Les États Parties suivants ont fourni des informations sur la microcéphalie, le SGB et d'autres troubles neurologiques survenant en présence de la transmission du virus Zika ainsi que sur les mesures de lutte mises en œuvre: le Brésil, les États-Unis d'Amérique et Singapour.

Le Comité a félicité le Brésil pour avoir mis en œuvre avec succès des mesures de santé publique appropriées pendant les Jeux olympiques. À ce jour, aucun cas confirmé de maladie à virus Zika n’a été confirmé parmi les personnes qui ont assisté aux Jeux, que ce soit pendant ceux-ci ou depuis leur retour. L'absence de cas corrobore les conclusions de l'évaluation des risques liés aux Jeux olympiques, menée au cours de la 3e réunion du Comité d'urgence.

Ayant examiné les données présentées, le Comité est convenu qu'en raison de la poursuite de la propagation géographique et compte tenu des lacunes considérables dans la compréhension du virus et de ses conséquences, l’infection à virus Zika ainsi que les troubles congénitaux et neurologiques associés continuent de constituer une urgence de santé publique de portée internationale.

Il a réitéré pour les domaines suivants l’avis qu’il avait donné au Directeur général lors de ses réunions précédentes: recherche en santé publique sur la microcéphalie, les autres troubles neurologiques et le virus Zika; surveillance; lutte antivectorielle; communications sur les risques; soins cliniques; mesures concernant les voyages; recherche-développement pour les vaccins, les traitements et les tests de laboratoire. Le Comité a noté que les activités fondées sur cet avis restent valables et sont toutes mises en œuvre. Le Comité a également réitéré son avis précédent selon lequel il ne doit y avoir aucune restriction générale imposée aux voyages et aux échanges commerciaux avec les pays, zones ou territoires où il y a une transmission du virus Zika, notamment les villes brésiliennes qui accueilleront les Jeux paralympiques.

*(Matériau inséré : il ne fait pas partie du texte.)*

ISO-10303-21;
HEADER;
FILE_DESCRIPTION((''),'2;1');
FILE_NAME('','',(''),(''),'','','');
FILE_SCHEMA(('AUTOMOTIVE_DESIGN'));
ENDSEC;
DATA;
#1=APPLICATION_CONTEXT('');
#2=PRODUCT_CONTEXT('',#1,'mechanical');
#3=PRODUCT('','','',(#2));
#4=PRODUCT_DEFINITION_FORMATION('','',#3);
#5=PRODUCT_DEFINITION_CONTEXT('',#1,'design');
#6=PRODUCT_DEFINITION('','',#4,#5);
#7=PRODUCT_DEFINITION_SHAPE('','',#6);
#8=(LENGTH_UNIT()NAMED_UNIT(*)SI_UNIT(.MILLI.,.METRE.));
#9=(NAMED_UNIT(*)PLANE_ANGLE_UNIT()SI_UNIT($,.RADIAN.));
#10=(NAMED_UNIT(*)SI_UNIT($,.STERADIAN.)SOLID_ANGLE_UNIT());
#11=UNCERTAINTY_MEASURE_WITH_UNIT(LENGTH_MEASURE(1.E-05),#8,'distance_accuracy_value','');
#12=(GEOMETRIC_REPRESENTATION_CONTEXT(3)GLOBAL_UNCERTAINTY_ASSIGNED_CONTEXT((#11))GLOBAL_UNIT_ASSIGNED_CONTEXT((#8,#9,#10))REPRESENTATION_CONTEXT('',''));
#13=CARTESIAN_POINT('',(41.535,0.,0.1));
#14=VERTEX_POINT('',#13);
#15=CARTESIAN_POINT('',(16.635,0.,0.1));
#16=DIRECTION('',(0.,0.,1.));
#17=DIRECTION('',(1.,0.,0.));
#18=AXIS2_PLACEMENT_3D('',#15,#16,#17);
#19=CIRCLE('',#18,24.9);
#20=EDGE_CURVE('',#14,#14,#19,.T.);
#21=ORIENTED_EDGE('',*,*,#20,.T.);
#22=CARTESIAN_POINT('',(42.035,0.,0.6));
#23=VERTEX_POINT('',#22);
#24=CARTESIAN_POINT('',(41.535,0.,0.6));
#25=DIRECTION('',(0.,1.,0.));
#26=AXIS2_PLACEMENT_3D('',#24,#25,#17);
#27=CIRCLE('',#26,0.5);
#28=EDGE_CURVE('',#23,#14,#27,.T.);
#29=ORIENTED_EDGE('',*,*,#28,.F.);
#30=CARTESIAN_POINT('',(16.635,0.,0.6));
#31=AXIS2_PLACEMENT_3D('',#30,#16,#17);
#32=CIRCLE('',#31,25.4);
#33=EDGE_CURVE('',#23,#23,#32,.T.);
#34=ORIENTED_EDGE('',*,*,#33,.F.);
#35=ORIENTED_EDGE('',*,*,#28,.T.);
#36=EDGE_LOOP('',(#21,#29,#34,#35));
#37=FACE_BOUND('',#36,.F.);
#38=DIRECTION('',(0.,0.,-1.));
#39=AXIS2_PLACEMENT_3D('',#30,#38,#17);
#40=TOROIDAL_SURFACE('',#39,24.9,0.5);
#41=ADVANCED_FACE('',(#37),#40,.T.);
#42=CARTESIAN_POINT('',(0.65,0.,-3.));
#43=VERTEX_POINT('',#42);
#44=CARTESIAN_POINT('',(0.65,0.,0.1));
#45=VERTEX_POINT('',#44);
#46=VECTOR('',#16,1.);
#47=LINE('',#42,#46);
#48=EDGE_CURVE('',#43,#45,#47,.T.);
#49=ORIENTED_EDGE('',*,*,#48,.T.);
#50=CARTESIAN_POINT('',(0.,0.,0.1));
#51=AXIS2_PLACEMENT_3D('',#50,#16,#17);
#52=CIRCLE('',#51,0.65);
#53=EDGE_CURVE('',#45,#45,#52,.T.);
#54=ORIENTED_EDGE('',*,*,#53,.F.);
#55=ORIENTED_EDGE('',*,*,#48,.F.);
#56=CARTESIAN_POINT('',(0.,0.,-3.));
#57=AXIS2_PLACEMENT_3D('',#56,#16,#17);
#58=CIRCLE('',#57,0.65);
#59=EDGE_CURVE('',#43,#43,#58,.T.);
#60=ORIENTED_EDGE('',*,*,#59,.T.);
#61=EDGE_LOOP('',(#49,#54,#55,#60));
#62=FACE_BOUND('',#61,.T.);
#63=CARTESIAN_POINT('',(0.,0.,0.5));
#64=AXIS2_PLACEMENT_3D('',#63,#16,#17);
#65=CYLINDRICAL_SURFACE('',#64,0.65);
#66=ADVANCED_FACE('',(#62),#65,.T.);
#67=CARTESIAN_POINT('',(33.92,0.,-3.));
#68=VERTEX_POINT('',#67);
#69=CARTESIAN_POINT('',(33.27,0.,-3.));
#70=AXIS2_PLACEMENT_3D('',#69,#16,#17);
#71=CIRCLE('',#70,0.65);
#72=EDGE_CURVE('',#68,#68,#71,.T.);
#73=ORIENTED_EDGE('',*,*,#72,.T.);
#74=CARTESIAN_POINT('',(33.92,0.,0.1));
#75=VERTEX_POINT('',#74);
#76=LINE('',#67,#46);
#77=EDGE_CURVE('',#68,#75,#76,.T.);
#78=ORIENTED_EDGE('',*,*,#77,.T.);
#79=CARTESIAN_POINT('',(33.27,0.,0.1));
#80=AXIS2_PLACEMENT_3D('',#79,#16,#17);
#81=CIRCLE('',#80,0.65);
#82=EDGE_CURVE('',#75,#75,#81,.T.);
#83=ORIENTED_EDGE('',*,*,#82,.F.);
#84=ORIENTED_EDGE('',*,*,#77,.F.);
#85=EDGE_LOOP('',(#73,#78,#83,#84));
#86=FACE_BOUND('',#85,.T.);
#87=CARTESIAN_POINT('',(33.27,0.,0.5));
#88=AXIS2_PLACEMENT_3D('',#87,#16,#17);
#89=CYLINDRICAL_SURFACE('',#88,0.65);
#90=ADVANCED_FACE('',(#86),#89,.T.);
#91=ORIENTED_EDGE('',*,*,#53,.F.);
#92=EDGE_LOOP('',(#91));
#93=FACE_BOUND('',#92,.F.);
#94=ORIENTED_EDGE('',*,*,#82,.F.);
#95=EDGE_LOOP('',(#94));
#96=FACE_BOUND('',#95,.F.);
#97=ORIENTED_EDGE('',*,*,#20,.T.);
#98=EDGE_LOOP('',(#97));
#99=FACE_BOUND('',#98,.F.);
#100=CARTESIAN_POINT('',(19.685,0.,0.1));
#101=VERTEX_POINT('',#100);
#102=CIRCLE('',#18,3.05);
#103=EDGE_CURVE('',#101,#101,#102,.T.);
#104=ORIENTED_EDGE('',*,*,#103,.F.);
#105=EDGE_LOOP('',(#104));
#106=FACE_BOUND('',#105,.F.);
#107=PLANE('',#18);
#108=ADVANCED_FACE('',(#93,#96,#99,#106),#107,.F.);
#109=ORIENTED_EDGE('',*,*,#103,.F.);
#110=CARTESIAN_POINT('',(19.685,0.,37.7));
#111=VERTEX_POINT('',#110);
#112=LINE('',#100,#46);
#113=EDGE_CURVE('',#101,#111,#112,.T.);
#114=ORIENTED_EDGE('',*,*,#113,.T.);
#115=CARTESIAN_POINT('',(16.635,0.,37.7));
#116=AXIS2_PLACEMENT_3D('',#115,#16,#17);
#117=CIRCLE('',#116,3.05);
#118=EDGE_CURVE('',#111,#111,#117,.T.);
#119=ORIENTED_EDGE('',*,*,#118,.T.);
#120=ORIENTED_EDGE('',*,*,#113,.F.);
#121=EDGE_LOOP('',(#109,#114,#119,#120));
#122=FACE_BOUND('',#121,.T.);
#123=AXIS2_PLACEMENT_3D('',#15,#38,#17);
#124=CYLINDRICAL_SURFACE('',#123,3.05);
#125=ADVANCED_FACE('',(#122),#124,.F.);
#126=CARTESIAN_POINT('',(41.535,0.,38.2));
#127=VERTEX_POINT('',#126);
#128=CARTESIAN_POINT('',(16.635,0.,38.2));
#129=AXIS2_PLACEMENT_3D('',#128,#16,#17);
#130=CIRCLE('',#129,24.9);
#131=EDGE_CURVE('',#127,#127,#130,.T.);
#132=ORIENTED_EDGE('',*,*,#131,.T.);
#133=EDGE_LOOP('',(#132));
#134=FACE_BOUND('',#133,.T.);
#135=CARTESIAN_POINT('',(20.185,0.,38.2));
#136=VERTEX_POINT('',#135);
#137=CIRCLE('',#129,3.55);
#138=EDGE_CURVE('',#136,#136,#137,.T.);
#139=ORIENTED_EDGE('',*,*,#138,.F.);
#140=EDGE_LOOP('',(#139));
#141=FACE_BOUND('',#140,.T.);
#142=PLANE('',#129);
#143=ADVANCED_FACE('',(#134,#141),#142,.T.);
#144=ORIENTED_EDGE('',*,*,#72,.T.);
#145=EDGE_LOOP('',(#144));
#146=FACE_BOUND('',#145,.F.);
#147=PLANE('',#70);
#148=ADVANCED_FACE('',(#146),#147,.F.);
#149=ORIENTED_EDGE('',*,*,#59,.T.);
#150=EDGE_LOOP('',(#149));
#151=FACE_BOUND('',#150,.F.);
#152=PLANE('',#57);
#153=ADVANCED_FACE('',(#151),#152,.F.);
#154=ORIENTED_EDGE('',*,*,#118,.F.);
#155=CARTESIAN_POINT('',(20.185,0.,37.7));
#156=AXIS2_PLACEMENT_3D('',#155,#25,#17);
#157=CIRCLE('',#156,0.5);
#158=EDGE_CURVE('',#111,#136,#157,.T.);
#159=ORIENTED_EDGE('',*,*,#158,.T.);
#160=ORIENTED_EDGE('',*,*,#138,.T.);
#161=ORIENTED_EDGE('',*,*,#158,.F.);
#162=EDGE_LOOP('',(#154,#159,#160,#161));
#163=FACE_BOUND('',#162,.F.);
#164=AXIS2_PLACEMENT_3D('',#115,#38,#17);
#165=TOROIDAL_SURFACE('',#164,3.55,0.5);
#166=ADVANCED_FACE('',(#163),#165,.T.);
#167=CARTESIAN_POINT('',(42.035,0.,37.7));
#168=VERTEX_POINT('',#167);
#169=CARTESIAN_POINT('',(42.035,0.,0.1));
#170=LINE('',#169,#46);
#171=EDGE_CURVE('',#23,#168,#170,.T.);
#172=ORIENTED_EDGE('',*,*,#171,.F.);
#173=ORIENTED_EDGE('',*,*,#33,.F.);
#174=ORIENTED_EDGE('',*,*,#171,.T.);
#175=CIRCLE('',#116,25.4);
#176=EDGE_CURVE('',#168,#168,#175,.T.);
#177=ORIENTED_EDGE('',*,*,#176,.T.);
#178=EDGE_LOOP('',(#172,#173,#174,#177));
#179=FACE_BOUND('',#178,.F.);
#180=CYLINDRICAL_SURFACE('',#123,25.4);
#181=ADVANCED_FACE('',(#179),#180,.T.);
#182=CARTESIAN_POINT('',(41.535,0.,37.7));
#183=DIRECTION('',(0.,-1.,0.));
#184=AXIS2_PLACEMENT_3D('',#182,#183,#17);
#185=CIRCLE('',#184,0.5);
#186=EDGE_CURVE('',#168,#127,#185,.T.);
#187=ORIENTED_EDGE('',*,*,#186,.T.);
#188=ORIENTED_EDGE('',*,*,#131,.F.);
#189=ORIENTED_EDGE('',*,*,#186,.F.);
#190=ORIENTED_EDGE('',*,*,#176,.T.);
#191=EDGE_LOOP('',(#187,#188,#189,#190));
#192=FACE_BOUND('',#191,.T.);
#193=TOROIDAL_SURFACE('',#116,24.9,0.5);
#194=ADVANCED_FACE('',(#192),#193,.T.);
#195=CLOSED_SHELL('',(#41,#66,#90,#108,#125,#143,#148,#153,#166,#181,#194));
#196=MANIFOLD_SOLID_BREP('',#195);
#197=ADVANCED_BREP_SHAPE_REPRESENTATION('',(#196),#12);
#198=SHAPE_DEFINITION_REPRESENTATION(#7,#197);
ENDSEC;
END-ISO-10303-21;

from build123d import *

# Parameters (mm, degrees)
SKETCH001_R       = 0.65
PAD001_DEPTH      = 19.05
PAD001_DEPTH_BACK = 3.5
SKETCH_R          = 25.4
SKETCH_R_2        = 3.05
PAD_DEPTH         = 38.1
FILLET_R          = 0.5


with BuildPart() as pad001:
    # Sketch001 → Pad001 (new body, two sides)
    with BuildSketch(Plane.XY.offset(0.5)) as pad001_sk:
        Circle(SKETCH001_R)
        with Locations((33.27, 0)):
            Circle(SKETCH001_R)
    extrude(amount=PAD001_DEPTH)
    extrude(pad001_sk.sketch, amount=-PAD001_DEPTH_BACK)


with BuildPart() as fillet_mp_cp:
    # Sketch → Pad (new body)
    with BuildSketch(Plane.XY.offset(0.1)):
        with Locations((16.635, 0)):
            Circle(SKETCH_R)
        with Locations((16.635, 0)):
            Circle(SKETCH_R_2, mode=Mode.SUBTRACT)
    extrude(amount=PAD_DEPTH)

    # Fillet
    fillet_edges = [fillet_mp_cp.edges().sort_by_distance(p)[0] for p in [
        (13.585, 0, 38.2),
        (-8.765, 0, 38.2),
        (-8.765, 0, 0.1),
    ]]
    fillet(fillet_edges, radius=FILLET_R)

    # Fillet_mp_cp: union Pad001
    add(pad001.part)


solid = fillet_mp_cp.part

En outre, reconnaissant que l’impact du virus Zika est un motif de préoccupation à long terme, le Comité a recommandé au Directeur général d'envisager d'élaborer un plan approprié sur les infrastructures et la riposte au sein de l'Organisation mondiale de la Santé afin d'assurer la coordination et la responsabilisation à long terme et de garantir ainsi une réponse efficace.

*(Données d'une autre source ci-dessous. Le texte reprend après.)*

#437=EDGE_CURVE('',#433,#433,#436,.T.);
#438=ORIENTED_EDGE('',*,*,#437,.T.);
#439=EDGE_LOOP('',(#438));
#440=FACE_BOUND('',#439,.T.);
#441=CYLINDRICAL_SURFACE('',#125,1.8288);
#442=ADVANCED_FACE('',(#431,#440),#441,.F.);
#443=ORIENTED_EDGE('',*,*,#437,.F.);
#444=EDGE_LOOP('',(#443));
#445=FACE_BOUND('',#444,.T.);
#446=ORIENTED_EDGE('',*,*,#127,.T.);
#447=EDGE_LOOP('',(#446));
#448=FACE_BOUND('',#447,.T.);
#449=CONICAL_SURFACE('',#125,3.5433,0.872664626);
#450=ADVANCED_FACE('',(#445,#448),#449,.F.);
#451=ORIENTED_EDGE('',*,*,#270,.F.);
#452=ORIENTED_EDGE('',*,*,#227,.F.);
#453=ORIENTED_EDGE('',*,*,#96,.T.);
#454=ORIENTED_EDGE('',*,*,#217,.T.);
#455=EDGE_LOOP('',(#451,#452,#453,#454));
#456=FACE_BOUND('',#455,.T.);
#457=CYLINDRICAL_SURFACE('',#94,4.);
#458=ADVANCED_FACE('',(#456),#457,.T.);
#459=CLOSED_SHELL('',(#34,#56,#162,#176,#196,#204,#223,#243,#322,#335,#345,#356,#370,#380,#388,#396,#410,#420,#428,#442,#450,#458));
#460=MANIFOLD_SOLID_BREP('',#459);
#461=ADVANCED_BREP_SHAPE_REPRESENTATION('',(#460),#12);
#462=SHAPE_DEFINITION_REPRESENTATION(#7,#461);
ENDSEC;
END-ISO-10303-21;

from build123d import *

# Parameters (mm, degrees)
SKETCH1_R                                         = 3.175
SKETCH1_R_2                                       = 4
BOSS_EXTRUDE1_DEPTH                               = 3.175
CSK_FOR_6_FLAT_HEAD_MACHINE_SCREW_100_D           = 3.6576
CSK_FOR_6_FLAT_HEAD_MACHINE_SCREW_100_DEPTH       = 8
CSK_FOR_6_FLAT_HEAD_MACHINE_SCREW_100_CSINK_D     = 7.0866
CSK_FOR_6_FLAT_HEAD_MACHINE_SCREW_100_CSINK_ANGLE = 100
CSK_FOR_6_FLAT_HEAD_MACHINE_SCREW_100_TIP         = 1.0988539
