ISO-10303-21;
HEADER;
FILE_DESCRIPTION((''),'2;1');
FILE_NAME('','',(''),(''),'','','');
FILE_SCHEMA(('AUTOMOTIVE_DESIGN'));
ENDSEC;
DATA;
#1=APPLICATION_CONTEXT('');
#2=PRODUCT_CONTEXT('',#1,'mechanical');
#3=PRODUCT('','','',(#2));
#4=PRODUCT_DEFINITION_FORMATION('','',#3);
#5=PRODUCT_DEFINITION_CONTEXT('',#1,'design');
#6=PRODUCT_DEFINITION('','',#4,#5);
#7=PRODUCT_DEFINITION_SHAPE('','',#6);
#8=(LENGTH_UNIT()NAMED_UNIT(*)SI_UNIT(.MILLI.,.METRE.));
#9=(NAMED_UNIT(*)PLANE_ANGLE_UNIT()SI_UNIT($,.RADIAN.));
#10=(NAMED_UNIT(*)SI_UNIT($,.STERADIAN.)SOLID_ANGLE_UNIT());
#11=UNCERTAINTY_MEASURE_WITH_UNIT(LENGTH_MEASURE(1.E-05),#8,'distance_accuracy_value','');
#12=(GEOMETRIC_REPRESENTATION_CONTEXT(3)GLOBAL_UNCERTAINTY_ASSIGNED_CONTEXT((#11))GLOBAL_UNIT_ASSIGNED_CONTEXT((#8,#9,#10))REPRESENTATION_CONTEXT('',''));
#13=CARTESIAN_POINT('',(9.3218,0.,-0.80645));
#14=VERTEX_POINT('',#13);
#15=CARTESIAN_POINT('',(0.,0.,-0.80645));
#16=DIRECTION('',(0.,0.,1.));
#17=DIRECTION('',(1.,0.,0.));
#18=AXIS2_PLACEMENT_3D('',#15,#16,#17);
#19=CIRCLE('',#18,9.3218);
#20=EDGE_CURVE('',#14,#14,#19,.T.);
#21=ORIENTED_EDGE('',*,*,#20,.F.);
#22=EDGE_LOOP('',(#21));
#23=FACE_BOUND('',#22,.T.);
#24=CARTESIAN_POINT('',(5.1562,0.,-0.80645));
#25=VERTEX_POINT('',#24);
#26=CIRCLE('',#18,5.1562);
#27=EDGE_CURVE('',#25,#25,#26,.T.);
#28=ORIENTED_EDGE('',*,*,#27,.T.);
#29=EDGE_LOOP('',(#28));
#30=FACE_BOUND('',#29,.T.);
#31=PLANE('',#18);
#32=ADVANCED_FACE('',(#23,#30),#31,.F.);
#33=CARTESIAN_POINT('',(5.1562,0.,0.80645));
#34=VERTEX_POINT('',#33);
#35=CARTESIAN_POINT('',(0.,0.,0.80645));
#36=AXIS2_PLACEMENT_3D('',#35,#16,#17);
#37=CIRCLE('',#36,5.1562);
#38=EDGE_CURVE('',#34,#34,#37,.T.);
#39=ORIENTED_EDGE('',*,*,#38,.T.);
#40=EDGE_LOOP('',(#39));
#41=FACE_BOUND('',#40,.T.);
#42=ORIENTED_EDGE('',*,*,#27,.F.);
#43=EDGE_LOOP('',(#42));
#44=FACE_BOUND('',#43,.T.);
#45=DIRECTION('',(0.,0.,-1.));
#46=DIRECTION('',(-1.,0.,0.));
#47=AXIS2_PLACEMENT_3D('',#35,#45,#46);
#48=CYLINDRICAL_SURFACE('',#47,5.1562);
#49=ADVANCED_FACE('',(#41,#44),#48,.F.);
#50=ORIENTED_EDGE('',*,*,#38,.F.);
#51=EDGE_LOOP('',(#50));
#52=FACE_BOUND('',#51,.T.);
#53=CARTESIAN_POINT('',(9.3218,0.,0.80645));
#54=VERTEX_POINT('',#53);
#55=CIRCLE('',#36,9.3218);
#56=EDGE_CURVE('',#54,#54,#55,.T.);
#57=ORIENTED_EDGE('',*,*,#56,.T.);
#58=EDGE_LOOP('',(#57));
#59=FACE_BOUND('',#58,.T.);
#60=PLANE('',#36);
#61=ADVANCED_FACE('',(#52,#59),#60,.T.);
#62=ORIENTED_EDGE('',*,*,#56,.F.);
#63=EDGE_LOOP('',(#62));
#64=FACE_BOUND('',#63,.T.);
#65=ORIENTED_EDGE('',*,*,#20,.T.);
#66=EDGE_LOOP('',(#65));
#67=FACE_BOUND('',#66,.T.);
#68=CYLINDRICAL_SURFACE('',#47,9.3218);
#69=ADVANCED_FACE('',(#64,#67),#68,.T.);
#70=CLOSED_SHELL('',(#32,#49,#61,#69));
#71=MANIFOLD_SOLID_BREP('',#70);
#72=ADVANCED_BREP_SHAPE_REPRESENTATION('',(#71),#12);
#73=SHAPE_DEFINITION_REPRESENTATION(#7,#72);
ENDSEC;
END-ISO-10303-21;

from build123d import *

# Parameters (mm, degrees)
BOSS_EXTRUDE1_DEPTH      = 0.80645
BOSS_EXTRUDE1_DEPTH_BACK = 0.80645
SKETCH3_R                = 9.3218
SKETCH3_R_2              = 5.1562


with BuildPart() as part:
    # Sketch3 → Boss-Extrude1 (new, two sides: drawn at the far end of the back side and taken through both)
    with BuildSketch(Plane.XY.offset(-BOSS_EXTRUDE1_DEPTH_BACK)):
        Circle(SKETCH3_R)
        Circle(SKETCH3_R_2, mode=Mode.SUBTRACT)
    extrude(amount=BOSS_EXTRUDE1_DEPTH + BOSS_EXTRUDE1_DEPTH_BACK)


solid = part.part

Le Comité a souligné qu'il fallait avoir une meilleure compréhension scientifique de l'épidémiologie du virus Zika, des aspects cliniques de la maladie et de la prévention, recommandé à cet égard plusieurs nouvelles questions de recherche, et rappelé plusieurs questions de recherche précédentes, le but étant:

  • d'améliorer la compréhension des différentes lignées virales, notamment concernant la réactivité et l'immunité croisées, ainsi que de leurs implications cliniques;
  • d'évaluer les facteurs connexes ou facteurs de risques susceptibles d'influer sur la gravité de la maladie;
  • de mieux comprendre l'histoire naturelle de la maladie chez les enfants infectés congénitalement, les femmes enceintes et les autres enfants et adultes;
  • de déterminer la durée et la localisation de la persistance virale chez l'homme et son impact sur la transmissibilité;
  • de mieux établir le risque d'infection et les modes de transmission;
  • d’évaluer l'utilité des outils de lutte antivectorielle et leur faisabilité opérationnelle;
  • de poursuivre la mise au point de mesures de prévention efficaces et sans danger (par exemple, vaccin).

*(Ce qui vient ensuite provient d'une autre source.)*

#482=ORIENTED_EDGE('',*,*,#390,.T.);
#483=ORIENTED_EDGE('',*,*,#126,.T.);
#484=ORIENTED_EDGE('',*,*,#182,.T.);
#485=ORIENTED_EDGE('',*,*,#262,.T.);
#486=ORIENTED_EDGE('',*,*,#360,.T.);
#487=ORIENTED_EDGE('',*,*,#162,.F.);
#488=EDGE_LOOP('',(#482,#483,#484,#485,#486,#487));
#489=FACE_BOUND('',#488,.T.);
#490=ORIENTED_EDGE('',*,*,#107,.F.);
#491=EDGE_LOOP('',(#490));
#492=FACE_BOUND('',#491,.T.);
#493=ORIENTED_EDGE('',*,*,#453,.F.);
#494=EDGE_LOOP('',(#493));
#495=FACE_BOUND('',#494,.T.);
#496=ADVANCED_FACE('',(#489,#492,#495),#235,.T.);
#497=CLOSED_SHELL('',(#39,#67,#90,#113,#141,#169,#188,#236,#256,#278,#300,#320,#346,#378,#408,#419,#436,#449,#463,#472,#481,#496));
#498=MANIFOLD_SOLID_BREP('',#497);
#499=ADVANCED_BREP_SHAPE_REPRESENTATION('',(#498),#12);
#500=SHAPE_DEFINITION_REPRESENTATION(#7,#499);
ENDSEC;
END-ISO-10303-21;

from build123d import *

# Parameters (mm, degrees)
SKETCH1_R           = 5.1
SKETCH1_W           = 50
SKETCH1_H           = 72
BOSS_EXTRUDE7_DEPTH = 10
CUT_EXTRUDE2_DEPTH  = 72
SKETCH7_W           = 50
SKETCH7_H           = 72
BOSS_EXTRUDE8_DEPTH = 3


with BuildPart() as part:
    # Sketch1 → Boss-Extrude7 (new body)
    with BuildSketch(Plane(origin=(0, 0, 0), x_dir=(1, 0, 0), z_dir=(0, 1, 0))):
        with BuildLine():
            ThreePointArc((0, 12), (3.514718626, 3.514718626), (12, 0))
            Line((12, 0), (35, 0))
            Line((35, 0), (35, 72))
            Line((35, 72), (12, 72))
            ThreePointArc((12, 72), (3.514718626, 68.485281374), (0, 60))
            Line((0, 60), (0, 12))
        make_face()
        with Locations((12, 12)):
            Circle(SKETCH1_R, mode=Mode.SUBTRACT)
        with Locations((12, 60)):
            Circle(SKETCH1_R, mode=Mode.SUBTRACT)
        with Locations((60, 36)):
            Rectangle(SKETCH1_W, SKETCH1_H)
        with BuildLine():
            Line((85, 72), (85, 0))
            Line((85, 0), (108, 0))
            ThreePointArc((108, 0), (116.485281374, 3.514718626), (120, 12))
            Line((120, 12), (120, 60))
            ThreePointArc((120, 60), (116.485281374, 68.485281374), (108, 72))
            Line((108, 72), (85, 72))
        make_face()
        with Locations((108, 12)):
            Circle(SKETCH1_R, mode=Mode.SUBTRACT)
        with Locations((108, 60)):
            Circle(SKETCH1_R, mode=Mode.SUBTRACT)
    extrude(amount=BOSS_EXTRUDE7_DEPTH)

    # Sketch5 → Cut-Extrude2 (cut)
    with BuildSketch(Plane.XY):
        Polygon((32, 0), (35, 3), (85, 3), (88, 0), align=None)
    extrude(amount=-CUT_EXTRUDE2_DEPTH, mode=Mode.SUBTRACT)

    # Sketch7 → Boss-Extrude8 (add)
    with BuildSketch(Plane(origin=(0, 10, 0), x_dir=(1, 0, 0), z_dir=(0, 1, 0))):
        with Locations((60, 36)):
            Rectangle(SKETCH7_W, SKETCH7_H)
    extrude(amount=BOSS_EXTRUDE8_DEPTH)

Reconnaissant l'impact que la maladie à virus Zika et ses conséquences auront sur les systèmes de santé fragiles, le Comité a également recommandé à l'OMS de présenter des orientations adaptées sur la surveillance et la prise en charge efficaces de la maladie à virus Zika dans les pays très vulnérables à faibles capacités.

Sur la base de cet avis, le Directeur général a déclaré que l’urgence de santé publique de portée internationale était maintenue. Le Directeur général a publié à nouveau les recommandations temporaires de la 2e et de la 3e réunion du Comité, approuvé les avis complémentaires de la 4e réunion du Comité et les a publiés sous forme de recommandations temporaires au titre du RSI (2005). Le Directeur général a remercié les membres du Comité et les conseillers pour leur avis. Le Comité se réunira de nouveau dans trois mois.